**What needs to be done:** Check every line of the entries that follow, and copy the ones containing "Locations".

▬▬▬▬▬▬

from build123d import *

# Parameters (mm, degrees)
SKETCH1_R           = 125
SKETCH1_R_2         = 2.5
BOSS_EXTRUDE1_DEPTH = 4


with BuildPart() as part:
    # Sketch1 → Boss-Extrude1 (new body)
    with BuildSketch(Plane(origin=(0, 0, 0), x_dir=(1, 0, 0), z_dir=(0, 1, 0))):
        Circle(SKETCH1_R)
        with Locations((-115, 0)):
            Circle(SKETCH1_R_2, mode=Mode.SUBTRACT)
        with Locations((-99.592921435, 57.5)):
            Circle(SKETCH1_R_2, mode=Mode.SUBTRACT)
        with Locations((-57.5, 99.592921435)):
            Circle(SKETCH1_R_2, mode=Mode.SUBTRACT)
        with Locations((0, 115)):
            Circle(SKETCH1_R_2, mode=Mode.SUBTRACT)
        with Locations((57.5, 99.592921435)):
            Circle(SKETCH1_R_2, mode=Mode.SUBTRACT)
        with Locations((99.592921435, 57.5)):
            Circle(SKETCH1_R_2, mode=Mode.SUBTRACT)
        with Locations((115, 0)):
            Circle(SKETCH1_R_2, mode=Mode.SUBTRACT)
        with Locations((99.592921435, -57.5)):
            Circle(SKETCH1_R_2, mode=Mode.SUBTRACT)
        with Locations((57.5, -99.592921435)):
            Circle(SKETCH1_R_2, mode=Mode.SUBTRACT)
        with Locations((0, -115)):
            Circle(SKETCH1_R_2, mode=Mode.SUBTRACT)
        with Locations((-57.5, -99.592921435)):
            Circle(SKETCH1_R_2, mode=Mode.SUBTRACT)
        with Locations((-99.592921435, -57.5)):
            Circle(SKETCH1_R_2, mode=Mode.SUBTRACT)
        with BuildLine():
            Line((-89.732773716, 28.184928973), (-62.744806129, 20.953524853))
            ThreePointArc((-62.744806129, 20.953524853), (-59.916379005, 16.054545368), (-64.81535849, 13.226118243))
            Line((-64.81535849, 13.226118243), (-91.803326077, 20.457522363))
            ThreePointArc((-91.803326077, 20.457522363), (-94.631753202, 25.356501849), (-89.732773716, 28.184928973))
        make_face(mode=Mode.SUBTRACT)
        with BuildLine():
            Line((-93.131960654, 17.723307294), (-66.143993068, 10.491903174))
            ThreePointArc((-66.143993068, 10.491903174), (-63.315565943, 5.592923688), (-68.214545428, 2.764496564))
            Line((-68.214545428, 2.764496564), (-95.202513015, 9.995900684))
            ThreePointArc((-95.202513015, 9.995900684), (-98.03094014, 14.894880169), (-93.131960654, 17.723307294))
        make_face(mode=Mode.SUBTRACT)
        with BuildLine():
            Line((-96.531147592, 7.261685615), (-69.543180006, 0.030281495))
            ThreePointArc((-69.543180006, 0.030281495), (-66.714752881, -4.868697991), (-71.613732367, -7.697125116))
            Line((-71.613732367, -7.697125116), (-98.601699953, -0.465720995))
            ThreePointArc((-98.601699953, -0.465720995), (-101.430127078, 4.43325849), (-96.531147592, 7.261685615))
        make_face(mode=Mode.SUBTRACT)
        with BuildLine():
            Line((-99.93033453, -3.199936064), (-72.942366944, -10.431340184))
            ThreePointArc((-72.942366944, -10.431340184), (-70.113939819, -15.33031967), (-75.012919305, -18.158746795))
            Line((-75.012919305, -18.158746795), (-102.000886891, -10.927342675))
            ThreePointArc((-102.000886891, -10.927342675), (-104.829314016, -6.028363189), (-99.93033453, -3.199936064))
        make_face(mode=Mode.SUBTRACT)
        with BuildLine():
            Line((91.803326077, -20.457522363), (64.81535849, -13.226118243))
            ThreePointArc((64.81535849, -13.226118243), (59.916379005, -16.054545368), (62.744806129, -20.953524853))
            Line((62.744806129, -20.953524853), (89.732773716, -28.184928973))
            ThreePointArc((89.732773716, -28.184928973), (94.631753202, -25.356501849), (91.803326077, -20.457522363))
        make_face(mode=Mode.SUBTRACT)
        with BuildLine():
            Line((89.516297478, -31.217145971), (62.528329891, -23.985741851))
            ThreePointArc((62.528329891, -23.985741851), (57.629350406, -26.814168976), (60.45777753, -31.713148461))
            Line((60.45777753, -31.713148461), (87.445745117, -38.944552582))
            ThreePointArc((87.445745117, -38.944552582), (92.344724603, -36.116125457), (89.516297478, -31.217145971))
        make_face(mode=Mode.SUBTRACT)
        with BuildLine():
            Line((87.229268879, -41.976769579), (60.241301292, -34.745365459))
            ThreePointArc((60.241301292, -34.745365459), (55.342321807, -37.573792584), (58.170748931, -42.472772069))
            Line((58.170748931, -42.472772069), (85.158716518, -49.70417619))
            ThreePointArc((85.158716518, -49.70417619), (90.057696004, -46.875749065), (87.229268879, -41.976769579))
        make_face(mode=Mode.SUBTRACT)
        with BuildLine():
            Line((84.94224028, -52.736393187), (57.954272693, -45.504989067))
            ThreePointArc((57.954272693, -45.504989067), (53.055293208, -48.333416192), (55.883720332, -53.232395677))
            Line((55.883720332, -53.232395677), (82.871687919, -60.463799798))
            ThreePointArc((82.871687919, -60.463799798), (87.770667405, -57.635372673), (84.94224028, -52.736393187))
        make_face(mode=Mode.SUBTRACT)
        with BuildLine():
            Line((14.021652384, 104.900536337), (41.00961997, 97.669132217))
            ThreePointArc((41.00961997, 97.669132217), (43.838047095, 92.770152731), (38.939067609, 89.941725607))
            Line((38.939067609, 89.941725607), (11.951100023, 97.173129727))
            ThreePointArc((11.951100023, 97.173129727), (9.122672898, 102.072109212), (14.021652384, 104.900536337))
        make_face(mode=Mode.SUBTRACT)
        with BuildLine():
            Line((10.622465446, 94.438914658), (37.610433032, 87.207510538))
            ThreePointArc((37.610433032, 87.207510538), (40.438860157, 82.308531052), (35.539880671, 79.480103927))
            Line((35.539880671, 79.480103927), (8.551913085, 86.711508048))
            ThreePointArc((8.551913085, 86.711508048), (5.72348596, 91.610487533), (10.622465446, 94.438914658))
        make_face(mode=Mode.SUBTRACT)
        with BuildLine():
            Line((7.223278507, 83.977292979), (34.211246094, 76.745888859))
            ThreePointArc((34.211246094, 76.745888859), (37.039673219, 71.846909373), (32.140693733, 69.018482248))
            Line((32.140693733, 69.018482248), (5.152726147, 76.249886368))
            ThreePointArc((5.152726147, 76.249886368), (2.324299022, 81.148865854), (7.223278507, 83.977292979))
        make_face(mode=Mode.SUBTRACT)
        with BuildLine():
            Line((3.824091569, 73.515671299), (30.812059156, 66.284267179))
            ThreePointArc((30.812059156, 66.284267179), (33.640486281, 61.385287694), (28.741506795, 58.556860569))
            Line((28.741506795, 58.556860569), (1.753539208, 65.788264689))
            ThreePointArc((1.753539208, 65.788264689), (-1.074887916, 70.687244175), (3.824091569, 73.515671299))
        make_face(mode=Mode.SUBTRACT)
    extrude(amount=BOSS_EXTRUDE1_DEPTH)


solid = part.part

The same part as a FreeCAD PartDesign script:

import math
import FreeCAD as App
import Part
import Sketcher

V = App.Vector
Q = App.Units.Quantity

doc = App.newDocument("Part")
body = doc.addObject("PartDesign::Body", "Body")

sketch1 = body.newObject("Sketcher::SketchObject", "Sketch")
sketch1.AttachmentSupport = (doc.getObject("XZ_Plane"), [""])
sketch1.MapMode = "FlatFace"
sketch1.addGeometry([
    Part.Circle(V(0, 0, 0), V(0, 0, 1), 125),
    Part.Circle(V(-57.5, 99.592921, 0), V(0, 0, 1), 2.5),
    Part.Circle(V(-99.592921, 57.5, 0), V(0, 0, 1), 2.5),
    Part.ArcOfCircle(Part.Circle(V(-100.965611, 7.063639, 0), V(0, 0, 1), 4), math.radians(105), math.radians(285)),
    Part.LineSegment(V(-99.930335, 3.199936, 0), V(-72.942367, 10.43134, 0)),
    Part.ArcOfCircle(Part.Circle(V(-73.977643, 14.295043, 0), V(0, 0, 1), 4), math.radians(-75), math.radians(105)),
    Part.LineSegment(V(-75.012919, 18.158747, 0), V(-102.000887, 10.927343, 0)),
    Part.ArcOfCircle(Part.Circle(V(-97.566424, -3.397982, 0), V(0, 0, 1), 4), math.radians(105), math.radians(285)),
    Part.LineSegment(V(-96.531148, -7.261686, 0), V(-69.54318, -0.030281, 0)),
    Part.ArcOfCircle(Part.Circle(V(-70.578456, 3.833422, 0), V(0, 0, 1), 4), math.radians(-75), math.radians(105)),
    Part.LineSegment(V(-71.613732, 7.697125, 0), V(-98.6017, 0.465721, 0)),
    Part.Circle(V(0, 115, 0), V(0, 0, 1), 2.5),
    Part.Circle(V(57.5, 99.592921, 0), V(0, 0, 1), 2.5),
    Part.LineSegment(V(57.954273, 45.504989, 0), V(84.94224, 52.736393, 0)),
    Part.ArcOfCircle(Part.Circle(V(83.906964, 56.600096, 0), V(0, 0, 1), 4), math.radians(-75), math.radians(105)),
    Part.LineSegment(V(82.871688, 60.4638, 0), V(55.88372, 53.232396, 0)),
    Part.ArcOfCircle(Part.Circle(V(56.918997, 49.368692, 0), V(0, 0, 1), 4), math.radians(105), math.radians(285)),
    Part.LineSegment(V(60.241301, 34.745365, 0), V(87.229269, 41.97677, 0)),
    Part.ArcOfCircle(Part.Circle(V(86.193993, 45.840473, 0), V(0, 0, 1), 4), math.radians(-75), math.radians(105)),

▬▬▬▬▬▬

**Written answer:**
        with Locations((-115, 0)):
        with Locations((-99.592921435, 57.5)):
        with Locations((-57.5, 99.592921435)):
        with Locations((0, 115)):
        with Locations((57.5, 99.592921435)):
        with Locations((99.592921435, 57.5)):
        with Locations((115, 0)):
        with Locations((99.592921435, -57.5)):
        with Locations((57.5, -99.592921435)):
        with Locations((0, -115)):
        with Locations((-57.5, -99.592921435)):
        with Locations((-99.592921435, -57.5)):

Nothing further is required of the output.